The `part()` function performs clustering using the PART algorithm (Partitioning Algorithm based on Recursive Thresholding). The method begins with a global clustering of the data and then recursively evaluates potential subclusters. At each recursive step, it applies the Gap statistic and a separation threshold (`minDist`) to determine whether a cluster should be further split. The procedure is designed to detect both major cluster structure and finer substructure while guarding against spurious splits.
The function returns the estimated number of clusters, cluster labels for all observations, and a list of samples flagged as potential outliers.
part(X, Kmax = 10, minSize = 8, minDist = NULL, cl.lab = NULL, ...)A numeric data matrix with observations in rows and variables in columns. This is the dataset to be clustered.

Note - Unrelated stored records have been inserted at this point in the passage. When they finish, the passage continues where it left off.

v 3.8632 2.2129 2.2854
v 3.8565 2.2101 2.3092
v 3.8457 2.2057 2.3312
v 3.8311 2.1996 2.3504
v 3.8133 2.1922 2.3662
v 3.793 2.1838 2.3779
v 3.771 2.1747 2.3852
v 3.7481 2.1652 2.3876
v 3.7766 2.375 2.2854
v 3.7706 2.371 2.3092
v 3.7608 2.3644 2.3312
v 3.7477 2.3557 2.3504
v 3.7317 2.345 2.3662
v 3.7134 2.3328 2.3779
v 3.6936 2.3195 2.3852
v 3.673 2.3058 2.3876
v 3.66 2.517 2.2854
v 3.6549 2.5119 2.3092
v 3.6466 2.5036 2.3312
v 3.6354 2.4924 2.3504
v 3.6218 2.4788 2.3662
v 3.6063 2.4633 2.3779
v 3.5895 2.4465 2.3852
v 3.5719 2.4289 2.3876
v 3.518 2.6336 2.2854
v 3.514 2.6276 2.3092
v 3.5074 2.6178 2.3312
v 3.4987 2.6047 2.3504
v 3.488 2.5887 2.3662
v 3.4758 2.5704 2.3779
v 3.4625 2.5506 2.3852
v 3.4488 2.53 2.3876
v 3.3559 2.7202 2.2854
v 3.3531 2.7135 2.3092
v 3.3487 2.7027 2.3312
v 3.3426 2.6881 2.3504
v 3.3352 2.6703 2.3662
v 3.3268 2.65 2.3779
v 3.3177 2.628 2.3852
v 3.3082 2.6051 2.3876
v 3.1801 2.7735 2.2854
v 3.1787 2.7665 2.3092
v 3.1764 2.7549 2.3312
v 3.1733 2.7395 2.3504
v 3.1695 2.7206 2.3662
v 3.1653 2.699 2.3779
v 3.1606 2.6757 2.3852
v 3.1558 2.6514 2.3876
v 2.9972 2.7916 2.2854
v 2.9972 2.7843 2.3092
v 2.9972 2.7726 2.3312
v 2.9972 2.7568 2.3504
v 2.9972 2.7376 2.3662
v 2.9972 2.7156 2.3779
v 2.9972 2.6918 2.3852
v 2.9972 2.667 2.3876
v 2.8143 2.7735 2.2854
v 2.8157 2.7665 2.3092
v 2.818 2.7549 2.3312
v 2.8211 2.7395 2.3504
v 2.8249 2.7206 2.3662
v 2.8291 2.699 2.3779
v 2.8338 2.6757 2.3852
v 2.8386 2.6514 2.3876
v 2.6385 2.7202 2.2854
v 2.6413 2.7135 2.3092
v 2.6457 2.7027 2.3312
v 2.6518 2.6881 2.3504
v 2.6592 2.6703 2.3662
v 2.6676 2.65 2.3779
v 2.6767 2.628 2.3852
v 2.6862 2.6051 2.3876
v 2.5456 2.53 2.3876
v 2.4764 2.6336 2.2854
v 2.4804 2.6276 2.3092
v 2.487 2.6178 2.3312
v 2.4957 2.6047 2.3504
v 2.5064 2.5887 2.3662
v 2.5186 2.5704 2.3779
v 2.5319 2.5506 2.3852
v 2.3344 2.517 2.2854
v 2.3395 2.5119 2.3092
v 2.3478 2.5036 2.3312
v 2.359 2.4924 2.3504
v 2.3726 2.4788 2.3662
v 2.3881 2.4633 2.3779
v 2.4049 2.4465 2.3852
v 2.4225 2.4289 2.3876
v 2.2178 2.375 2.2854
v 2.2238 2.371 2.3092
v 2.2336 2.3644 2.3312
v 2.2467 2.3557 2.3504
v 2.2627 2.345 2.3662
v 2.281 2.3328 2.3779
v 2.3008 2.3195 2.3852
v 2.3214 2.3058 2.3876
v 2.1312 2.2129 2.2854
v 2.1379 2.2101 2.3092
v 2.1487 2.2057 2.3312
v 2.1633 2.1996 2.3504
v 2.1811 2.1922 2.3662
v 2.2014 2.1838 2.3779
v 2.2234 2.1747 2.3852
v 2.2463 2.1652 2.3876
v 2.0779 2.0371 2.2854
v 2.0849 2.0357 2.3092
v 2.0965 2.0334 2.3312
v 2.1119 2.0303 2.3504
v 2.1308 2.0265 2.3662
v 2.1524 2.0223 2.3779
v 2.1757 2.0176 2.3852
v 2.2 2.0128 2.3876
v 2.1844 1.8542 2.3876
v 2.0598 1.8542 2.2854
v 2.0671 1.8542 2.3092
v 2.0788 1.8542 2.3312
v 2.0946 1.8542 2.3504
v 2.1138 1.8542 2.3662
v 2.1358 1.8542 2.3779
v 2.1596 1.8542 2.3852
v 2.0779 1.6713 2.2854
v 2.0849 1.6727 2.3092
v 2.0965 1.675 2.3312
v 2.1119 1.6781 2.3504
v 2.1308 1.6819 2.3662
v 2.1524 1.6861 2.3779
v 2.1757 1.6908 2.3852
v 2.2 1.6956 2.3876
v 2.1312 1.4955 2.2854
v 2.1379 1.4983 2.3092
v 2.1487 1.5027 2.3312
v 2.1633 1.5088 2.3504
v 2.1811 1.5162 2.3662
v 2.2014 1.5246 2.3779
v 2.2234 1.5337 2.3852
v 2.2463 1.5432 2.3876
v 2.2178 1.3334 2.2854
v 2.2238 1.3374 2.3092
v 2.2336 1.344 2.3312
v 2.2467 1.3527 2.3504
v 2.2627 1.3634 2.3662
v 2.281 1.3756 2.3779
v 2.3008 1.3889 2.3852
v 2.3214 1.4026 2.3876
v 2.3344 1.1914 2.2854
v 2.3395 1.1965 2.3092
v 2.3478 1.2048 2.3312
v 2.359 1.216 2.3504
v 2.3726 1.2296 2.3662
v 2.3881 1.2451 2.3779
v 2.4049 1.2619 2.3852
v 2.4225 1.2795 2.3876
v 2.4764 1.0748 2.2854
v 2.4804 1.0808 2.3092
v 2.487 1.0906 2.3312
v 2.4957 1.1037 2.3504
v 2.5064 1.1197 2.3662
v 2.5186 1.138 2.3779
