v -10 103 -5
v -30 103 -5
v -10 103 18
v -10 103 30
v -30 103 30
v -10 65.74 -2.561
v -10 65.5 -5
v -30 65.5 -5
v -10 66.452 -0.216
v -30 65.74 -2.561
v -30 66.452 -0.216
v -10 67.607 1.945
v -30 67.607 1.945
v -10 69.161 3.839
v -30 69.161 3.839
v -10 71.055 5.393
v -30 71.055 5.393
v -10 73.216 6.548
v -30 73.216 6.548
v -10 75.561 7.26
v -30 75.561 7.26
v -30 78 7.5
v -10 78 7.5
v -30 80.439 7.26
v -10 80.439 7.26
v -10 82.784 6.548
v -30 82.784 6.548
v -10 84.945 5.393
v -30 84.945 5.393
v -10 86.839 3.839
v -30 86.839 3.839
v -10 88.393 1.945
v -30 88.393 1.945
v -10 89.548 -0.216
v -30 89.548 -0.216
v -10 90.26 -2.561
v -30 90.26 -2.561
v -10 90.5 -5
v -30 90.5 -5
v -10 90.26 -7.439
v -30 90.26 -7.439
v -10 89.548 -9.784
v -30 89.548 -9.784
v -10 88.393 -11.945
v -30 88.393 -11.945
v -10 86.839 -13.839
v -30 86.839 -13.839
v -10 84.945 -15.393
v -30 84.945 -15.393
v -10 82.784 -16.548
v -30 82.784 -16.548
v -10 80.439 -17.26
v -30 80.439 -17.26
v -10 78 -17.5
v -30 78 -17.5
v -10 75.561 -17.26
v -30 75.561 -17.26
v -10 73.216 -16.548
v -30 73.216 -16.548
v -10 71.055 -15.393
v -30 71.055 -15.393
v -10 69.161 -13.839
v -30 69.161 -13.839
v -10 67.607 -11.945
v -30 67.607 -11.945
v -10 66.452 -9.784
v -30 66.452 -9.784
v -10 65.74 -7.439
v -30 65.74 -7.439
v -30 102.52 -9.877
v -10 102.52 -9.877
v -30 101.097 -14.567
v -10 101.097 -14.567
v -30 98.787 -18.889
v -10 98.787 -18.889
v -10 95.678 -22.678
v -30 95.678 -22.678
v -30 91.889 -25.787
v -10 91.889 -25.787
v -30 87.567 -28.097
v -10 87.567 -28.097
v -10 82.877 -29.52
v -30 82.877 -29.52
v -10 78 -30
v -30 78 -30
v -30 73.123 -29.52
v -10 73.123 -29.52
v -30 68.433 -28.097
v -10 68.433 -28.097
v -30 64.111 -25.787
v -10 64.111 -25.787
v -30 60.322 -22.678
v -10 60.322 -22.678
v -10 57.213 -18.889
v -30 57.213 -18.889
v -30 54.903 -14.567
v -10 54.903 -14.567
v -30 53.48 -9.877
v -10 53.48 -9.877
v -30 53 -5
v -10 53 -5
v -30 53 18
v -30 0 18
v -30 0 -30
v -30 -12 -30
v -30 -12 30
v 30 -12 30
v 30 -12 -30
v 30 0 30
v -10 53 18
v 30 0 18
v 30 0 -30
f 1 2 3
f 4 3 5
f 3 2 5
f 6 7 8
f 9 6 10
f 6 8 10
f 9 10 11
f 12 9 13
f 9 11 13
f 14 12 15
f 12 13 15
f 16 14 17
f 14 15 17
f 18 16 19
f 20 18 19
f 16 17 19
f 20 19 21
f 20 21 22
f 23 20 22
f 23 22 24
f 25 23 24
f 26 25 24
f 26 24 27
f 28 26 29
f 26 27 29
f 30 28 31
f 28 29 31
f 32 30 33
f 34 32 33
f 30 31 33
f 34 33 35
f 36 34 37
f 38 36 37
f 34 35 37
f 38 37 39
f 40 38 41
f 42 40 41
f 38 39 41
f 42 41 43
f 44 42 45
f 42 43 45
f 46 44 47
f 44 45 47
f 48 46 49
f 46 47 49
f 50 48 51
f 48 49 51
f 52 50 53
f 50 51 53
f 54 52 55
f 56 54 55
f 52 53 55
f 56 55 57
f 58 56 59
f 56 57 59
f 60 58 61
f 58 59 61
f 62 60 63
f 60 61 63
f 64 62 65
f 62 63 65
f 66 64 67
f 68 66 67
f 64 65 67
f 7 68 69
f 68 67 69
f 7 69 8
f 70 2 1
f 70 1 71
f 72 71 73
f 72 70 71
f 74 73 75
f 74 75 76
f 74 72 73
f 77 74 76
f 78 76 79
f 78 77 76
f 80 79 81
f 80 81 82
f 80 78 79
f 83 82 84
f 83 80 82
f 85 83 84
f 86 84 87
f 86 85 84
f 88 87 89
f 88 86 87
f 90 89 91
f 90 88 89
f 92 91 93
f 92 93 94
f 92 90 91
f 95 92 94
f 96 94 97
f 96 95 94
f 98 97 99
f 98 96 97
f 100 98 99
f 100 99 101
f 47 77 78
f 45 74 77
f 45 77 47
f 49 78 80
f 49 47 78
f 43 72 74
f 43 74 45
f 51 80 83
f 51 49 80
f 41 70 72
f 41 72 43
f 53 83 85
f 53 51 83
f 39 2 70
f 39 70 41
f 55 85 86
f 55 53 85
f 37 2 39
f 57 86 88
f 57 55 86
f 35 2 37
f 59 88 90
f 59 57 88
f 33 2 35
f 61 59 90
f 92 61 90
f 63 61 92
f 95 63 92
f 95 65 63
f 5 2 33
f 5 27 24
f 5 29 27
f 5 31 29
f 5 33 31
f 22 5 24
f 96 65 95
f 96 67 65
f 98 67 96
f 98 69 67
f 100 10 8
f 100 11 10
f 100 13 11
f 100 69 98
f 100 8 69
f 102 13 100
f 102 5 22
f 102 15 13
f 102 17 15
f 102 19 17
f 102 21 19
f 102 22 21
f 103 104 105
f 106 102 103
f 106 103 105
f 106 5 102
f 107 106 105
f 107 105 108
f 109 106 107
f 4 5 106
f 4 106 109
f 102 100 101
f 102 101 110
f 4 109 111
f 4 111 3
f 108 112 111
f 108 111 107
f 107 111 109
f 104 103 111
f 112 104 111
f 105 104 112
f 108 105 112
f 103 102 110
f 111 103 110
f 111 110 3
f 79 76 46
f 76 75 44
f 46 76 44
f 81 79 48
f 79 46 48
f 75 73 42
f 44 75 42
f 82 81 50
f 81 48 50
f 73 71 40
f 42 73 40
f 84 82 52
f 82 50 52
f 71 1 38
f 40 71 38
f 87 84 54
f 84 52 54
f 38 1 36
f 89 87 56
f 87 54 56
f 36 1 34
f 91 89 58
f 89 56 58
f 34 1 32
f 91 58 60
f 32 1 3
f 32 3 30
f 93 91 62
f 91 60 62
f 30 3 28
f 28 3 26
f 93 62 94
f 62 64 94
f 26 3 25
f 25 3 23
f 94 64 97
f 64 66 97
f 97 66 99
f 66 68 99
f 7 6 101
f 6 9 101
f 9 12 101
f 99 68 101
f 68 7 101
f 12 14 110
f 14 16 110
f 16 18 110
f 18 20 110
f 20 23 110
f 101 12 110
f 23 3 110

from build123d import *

# Parameters (mm, degrees)
F0_W     = 60
F0_H     = 60
F1_DEPTH = 12
F3_DEPTH = 12
F4_W     = 50
F4_H     = 23
F5_DEPTH = 20
F7_DEPTH = 20
F8_R     = 12.5
F9_DEPTH = 20


with BuildPart() as f1:
    # F0 (on Front) → F1 (new body)
    with BuildSketch(Plane.XZ):
        Rectangle(F0_W, F0_H)
    extrude(amount=F1_DEPTH)

    # F2 (on face) → F3 (join)
    with BuildSketch(Plane.XY.offset(30)):
        Polygon((-30, 103), (-30, 0), (30, 0), (-10, 103), align=None)
    extrude(amount=-F3_DEPTH)

    # F4 (on face) → F5 (join)
    with BuildSketch(Plane(origin=(-30, 0, 0), x_dir=(0, -1, 0), z_dir=(-1, 0, 0))):
        with Locations((-78, 6.5)):
            Rectangle(F4_W, F4_H)
    extrude(amount=-F5_DEPTH)

    # F6 (on face) → F7 (join)
    with BuildSketch(Plane(origin=(-30, 0, 0), x_dir=(0, -1, 0), z_dir=(-1, 0, 0))):
        with BuildLine():
            Line((-53, -5), (-103, -5))
            ThreePointArc((-103, -5), (-78, -30), (-53, -5))
        make_face()
    extrude(amount=-F7_DEPTH)

    # F8 (on face) → F9 (cut)
    with BuildSketch(Plane(origin=(-30, 0, 0), x_dir=(0, -1, 0), z_dir=(-1, 0, 0))):
        with Locations((-78, -5)):
            Circle(F8_R)
    extrude(amount=-F9_DEPTH, mode=Mode.SUBTRACT)


solid = f1.part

The maximum number of clusters to consider during the *initial*, global PART run. Recursive subdivision uses its own upper limit (`Kmax.rec`) provided via `...`. Default is 10.
The minimum number of observations allowed in a cluster in order for that cluster to be considered for further recursive splitting. Clusters smaller than `minSize` are treated as terminal. Default is 8.
Minimum required separation (in dendrogram height units) between subclusters for a recursive split to be accepted. If `NULL`, a separation threshold is computed automatically using `get.threshold()` based on the user-specified value of `q` (passed via `...`). Default is `NULL`.
Optional list of precomputed cluster label vectors. If supplied, the list should contain the cluster assignments for `k = 1, …, Kmax`, typically produced by hierarchical clustering. If `NULL`, cluster labels are generated internally. Default is `NULL`.
Additional arguments controlling the PART algorithm. These override the internal defaults defined in the function. Common parameters include:
`q` — proportion of dendrogram height used to compute the stopping threshold when `minDist` is not supplied. Default: `0.25`.
`Kmax.rec` — maximum number of clusters evaluated at each recursive splitting step. Default: `5`.
`B` — number of bootstrap samples used in the Gap statistic. Default: `100`.
`ref.gen` — method used to generate reference datasets for the Gap statistic (“PC” by default).
`dist.method` — distance metric used for hierarchical clustering.
`cl.method` — clustering method (“hclust” or “kmeans”).
`linkage` — linkage method if hierarchical clustering is used.
`cor.method` — correlation type if correlation distance is selected.
`nstart` — number of random initializations if k-means is used.